__Problem to solve__:
Only one stretch of the records below is wanted: the lines from the one holding "Rectangle(SKETCH_1_W, SKETCH_1_H)" through the one holding "FreeCAD Python script". Return it exactly, both ends included.

====================

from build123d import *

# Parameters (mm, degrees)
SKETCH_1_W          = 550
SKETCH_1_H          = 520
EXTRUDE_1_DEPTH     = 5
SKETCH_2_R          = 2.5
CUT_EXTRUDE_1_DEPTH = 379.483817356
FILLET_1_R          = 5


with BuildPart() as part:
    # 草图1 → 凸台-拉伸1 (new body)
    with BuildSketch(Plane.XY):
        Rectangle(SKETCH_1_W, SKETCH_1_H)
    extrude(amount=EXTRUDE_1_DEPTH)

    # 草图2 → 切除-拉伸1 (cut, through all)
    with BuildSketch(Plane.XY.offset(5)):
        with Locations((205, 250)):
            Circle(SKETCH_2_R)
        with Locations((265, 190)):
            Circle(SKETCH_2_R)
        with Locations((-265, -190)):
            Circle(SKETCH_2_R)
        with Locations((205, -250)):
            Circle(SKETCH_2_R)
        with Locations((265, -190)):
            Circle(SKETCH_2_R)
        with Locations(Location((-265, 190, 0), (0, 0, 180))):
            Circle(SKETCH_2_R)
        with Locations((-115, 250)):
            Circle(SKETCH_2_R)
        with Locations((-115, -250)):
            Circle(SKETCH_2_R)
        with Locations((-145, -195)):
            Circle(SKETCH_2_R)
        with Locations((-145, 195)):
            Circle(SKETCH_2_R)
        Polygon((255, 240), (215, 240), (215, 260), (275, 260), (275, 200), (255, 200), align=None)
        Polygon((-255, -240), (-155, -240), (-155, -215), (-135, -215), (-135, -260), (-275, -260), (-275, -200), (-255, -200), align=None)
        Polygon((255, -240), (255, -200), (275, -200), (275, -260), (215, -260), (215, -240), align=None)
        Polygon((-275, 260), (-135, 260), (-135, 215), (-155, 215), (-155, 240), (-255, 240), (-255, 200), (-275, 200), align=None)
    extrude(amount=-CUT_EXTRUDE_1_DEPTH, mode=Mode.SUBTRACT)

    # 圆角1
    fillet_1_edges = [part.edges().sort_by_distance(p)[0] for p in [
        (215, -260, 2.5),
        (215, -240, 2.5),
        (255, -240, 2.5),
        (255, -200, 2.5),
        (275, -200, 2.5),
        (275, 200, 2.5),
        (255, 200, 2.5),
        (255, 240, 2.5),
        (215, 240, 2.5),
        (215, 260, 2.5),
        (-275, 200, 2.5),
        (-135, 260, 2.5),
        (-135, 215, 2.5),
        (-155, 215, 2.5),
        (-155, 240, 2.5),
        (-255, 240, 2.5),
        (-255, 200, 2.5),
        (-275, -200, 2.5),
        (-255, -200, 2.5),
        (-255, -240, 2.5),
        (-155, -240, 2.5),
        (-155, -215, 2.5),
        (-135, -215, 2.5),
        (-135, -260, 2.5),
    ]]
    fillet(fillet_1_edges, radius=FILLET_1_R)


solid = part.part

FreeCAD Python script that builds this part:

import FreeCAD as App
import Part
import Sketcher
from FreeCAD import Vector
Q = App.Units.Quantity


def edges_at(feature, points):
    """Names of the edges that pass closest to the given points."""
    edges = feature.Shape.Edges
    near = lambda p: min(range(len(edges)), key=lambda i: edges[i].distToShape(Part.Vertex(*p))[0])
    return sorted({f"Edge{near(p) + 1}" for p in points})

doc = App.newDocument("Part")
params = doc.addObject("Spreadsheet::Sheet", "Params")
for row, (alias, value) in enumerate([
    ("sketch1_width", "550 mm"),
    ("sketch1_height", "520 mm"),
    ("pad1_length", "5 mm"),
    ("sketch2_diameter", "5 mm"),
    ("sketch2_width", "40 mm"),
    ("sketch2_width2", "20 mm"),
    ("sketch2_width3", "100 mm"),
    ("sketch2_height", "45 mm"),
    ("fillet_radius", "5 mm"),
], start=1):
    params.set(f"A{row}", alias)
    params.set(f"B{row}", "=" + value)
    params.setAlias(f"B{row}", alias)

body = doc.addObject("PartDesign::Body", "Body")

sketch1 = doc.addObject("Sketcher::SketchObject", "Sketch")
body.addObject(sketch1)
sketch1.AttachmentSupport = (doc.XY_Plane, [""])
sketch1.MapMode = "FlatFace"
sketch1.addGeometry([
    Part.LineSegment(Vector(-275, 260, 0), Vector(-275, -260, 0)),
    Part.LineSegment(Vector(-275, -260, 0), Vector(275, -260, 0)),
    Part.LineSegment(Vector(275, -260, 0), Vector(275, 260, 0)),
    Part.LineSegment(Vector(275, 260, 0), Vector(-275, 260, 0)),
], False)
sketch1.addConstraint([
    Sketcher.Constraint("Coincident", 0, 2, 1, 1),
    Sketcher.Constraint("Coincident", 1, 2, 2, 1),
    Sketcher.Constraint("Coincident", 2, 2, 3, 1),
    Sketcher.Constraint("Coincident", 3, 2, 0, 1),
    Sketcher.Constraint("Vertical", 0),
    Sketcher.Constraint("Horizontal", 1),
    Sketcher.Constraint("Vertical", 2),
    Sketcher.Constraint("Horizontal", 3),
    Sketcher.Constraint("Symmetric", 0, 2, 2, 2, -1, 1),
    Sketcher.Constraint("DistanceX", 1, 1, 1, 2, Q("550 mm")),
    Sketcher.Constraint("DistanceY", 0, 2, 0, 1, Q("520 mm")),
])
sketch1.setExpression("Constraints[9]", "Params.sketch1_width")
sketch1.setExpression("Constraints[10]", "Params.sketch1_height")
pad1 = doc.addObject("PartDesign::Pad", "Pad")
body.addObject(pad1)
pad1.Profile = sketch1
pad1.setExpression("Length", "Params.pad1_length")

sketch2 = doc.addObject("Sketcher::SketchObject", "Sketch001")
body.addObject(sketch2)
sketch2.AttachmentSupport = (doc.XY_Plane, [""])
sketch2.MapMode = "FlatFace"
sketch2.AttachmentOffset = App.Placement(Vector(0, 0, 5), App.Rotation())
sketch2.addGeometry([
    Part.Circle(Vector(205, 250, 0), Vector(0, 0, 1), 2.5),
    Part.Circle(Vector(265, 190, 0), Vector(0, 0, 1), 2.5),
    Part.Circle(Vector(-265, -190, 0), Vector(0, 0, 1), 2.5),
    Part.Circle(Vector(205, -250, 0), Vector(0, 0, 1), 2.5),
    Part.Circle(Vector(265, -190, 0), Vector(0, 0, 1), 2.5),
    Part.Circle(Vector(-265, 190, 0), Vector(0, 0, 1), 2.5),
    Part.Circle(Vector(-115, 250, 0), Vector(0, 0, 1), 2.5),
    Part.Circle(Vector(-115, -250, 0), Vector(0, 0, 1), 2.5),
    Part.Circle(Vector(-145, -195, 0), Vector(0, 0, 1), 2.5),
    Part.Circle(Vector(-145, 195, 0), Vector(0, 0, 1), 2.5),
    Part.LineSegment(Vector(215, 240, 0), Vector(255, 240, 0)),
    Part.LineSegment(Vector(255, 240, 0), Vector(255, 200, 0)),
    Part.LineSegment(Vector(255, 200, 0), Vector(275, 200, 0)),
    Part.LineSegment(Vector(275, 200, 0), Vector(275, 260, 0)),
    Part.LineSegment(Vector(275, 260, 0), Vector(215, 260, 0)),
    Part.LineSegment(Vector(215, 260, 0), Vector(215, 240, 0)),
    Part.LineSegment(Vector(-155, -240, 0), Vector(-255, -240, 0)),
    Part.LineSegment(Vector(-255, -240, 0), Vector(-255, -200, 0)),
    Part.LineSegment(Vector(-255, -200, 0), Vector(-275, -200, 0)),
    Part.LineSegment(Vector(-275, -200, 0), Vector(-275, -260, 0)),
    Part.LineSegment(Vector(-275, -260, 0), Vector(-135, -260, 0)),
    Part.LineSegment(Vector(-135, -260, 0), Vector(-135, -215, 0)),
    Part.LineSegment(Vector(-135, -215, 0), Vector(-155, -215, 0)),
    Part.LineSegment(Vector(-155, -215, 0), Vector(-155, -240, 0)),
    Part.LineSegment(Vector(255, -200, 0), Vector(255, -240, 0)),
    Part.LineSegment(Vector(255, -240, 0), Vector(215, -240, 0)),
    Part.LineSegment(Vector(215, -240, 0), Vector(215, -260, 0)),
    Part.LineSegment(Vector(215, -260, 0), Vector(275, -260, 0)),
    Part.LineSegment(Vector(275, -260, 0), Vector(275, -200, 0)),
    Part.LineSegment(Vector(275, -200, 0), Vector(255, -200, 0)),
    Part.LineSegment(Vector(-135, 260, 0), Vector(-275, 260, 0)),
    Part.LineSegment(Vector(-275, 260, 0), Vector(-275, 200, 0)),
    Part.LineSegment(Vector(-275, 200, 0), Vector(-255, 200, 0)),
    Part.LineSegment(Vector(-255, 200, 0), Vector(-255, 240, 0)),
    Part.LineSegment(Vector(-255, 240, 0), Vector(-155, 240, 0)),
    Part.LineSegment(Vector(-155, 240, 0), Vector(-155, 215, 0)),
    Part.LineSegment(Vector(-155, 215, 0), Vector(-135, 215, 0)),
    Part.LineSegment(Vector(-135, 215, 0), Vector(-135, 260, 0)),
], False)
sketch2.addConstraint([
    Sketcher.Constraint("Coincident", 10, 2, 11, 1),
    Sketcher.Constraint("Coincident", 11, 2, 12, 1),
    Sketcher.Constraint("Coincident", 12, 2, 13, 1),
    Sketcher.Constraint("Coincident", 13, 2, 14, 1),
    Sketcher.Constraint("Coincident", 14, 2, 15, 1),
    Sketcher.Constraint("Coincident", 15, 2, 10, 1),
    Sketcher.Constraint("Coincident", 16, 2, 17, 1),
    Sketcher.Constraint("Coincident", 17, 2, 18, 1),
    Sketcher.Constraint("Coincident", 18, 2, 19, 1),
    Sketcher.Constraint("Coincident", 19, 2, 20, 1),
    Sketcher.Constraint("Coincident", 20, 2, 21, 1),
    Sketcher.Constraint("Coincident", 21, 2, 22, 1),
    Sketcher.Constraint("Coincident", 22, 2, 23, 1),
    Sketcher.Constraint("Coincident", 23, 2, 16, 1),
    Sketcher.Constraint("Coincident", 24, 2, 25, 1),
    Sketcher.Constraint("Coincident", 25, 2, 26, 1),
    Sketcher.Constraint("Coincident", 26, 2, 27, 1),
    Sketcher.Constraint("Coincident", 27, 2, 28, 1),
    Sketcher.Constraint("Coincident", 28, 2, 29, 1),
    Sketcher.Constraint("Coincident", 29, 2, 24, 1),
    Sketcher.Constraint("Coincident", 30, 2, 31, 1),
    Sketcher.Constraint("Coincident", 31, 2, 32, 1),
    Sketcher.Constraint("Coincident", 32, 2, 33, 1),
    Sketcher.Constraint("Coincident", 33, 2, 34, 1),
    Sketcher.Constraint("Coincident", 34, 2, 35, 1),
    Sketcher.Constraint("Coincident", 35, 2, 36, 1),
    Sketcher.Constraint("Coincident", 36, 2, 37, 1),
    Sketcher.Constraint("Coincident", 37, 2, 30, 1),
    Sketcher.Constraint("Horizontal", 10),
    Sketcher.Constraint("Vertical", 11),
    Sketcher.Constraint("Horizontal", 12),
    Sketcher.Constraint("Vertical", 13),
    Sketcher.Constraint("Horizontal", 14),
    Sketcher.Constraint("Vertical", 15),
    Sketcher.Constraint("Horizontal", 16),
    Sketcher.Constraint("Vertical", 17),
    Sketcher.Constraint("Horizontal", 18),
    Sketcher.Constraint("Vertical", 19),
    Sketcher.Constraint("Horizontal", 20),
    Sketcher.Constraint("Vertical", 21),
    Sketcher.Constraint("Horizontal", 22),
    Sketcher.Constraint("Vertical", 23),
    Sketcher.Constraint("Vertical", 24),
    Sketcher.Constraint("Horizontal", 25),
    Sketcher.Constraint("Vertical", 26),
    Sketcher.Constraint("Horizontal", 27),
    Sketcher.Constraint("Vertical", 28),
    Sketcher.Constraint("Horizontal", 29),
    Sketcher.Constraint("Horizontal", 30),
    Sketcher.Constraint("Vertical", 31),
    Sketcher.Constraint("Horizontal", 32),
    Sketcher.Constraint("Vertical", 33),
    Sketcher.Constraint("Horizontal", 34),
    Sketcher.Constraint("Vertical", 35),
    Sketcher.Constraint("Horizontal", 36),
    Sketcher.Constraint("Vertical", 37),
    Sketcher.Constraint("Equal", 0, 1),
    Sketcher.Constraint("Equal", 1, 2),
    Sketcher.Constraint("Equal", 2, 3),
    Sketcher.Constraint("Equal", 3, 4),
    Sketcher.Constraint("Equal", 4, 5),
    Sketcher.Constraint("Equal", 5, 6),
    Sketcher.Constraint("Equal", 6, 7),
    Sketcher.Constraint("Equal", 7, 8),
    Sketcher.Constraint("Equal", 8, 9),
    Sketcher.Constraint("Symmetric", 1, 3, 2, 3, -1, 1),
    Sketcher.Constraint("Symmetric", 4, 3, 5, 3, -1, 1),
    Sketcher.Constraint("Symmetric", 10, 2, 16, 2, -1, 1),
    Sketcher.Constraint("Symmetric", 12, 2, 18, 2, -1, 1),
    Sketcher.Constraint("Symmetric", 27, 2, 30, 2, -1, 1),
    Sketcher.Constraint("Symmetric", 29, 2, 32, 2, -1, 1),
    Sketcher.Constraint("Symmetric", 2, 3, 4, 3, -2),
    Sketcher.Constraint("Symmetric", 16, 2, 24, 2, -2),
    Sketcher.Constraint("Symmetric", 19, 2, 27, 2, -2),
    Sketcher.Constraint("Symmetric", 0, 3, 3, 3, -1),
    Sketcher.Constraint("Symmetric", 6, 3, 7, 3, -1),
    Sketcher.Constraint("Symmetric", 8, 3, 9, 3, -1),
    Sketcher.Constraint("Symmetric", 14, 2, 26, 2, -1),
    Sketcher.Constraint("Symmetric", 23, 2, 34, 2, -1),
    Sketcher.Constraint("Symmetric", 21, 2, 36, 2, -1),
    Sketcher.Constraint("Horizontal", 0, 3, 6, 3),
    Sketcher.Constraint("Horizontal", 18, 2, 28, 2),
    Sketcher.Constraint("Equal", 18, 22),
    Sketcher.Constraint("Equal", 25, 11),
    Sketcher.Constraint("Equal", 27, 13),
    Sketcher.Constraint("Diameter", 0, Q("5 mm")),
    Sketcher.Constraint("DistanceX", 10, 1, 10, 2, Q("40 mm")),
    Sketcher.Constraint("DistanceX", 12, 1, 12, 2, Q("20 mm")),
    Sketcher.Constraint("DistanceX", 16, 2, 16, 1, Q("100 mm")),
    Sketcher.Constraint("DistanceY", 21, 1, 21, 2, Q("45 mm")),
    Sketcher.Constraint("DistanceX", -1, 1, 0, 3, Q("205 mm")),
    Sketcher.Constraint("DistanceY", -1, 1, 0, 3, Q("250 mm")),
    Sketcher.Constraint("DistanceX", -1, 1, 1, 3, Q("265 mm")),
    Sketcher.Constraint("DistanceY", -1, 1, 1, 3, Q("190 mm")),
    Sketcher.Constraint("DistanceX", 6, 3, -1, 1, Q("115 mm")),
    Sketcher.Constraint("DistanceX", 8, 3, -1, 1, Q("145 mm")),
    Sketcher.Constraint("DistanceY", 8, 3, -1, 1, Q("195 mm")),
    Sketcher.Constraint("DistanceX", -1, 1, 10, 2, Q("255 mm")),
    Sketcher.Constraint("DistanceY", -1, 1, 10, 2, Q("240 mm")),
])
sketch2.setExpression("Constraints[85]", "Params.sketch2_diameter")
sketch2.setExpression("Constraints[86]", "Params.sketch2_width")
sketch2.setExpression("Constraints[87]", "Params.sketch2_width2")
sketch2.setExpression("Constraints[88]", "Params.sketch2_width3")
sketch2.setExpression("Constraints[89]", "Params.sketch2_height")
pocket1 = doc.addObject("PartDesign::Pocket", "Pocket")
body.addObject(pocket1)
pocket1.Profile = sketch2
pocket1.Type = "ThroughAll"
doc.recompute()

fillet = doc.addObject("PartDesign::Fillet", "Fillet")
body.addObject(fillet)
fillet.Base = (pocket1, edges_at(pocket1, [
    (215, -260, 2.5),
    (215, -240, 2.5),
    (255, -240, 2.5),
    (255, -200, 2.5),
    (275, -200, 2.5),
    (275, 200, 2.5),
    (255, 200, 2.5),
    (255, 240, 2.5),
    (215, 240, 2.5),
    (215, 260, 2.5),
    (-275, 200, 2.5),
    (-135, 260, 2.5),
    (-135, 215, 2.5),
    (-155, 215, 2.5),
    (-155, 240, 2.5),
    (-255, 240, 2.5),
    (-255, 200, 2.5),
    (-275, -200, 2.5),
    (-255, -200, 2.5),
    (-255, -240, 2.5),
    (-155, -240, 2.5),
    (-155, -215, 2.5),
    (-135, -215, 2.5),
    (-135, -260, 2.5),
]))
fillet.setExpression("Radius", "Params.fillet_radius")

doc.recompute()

====================

__Answer section__:
        Rectangle(SKETCH_1_W, SKETCH_1_H)
    extrude(amount=EXTRUDE_1_DEPTH)

    # 草图2 → 切除-拉伸1 (cut, through all)
    with BuildSketch(Plane.XY.offset(5)):
        with Locations((205, 250)):
            Circle(SKETCH_2_R)
        with Locations((265, 190)):
            Circle(SKETCH_2_R)
        with Locations((-265, -190)):
            Circle(SKETCH_2_R)
        with Locations((205, -250)):
            Circle(SKETCH_2_R)
        with Locations((265, -190)):
            Circle(SKETCH_2_R)
        with Locations(Location((-265, 190, 0), (0, 0, 180))):
            Circle(SKETCH_2_R)
        with Locations((-115, 250)):
            Circle(SKETCH_2_R)
        with Locations((-115, -250)):
            Circle(SKETCH_2_R)
        with Locations((-145, -195)):
            Circle(SKETCH_2_R)
        with Locations((-145, 195)):
            Circle(SKETCH_2_R)
        Polygon((255, 240), (215, 240), (215, 260), (275, 260), (275, 200), (255, 200), align=None)
        Polygon((-255, -240), (-155, -240), (-155, -215), (-135, -215), (-135, -260), (-275, -260), (-275, -200), (-255, -200), align=None)
        Polygon((255, -240), (255, -200), (275, -200), (275, -260), (215, -260), (215, -240), align=None)
        Polygon((-275, 260), (-135, 260), (-135, 215), (-155, 215), (-155, 240), (-255, 240), (-255, 200), (-275, 200), align=None)
    extrude(amount=-CUT_EXTRUDE_1_DEPTH, mode=Mode.SUBTRACT)

    # 圆角1
    fillet_1_edges = [part.edges().sort_by_distance(p)[0] for p in [
        (215, -260, 2.5),
        (215, -240, 2.5),
        (255, -240, 2.5),
        (255, -200, 2.5),
        (275, -200, 2.5),
        (275, 200, 2.5),
        (255, 200, 2.5),
        (255, 240, 2.5),
        (215, 240, 2.5),
        (215, 260, 2.5),
        (-275, 200, 2.5),
        (-135, 260, 2.5),
        (-135, 215, 2.5),
        (-155, 215, 2.5),
        (-155, 240, 2.5),
        (-255, 240, 2.5),
        (-255, 200, 2.5),
        (-275, -200, 2.5),
        (-255, -200, 2.5),
        (-255, -240, 2.5),
        (-155, -240, 2.5),
        (-155, -215, 2.5),
        (-135, -215, 2.5),
        (-135, -260, 2.5),
    ]]
    fillet(fillet_1_edges, radius=FILLET_1_R)


solid = part.part

FreeCAD Python script that builds this part:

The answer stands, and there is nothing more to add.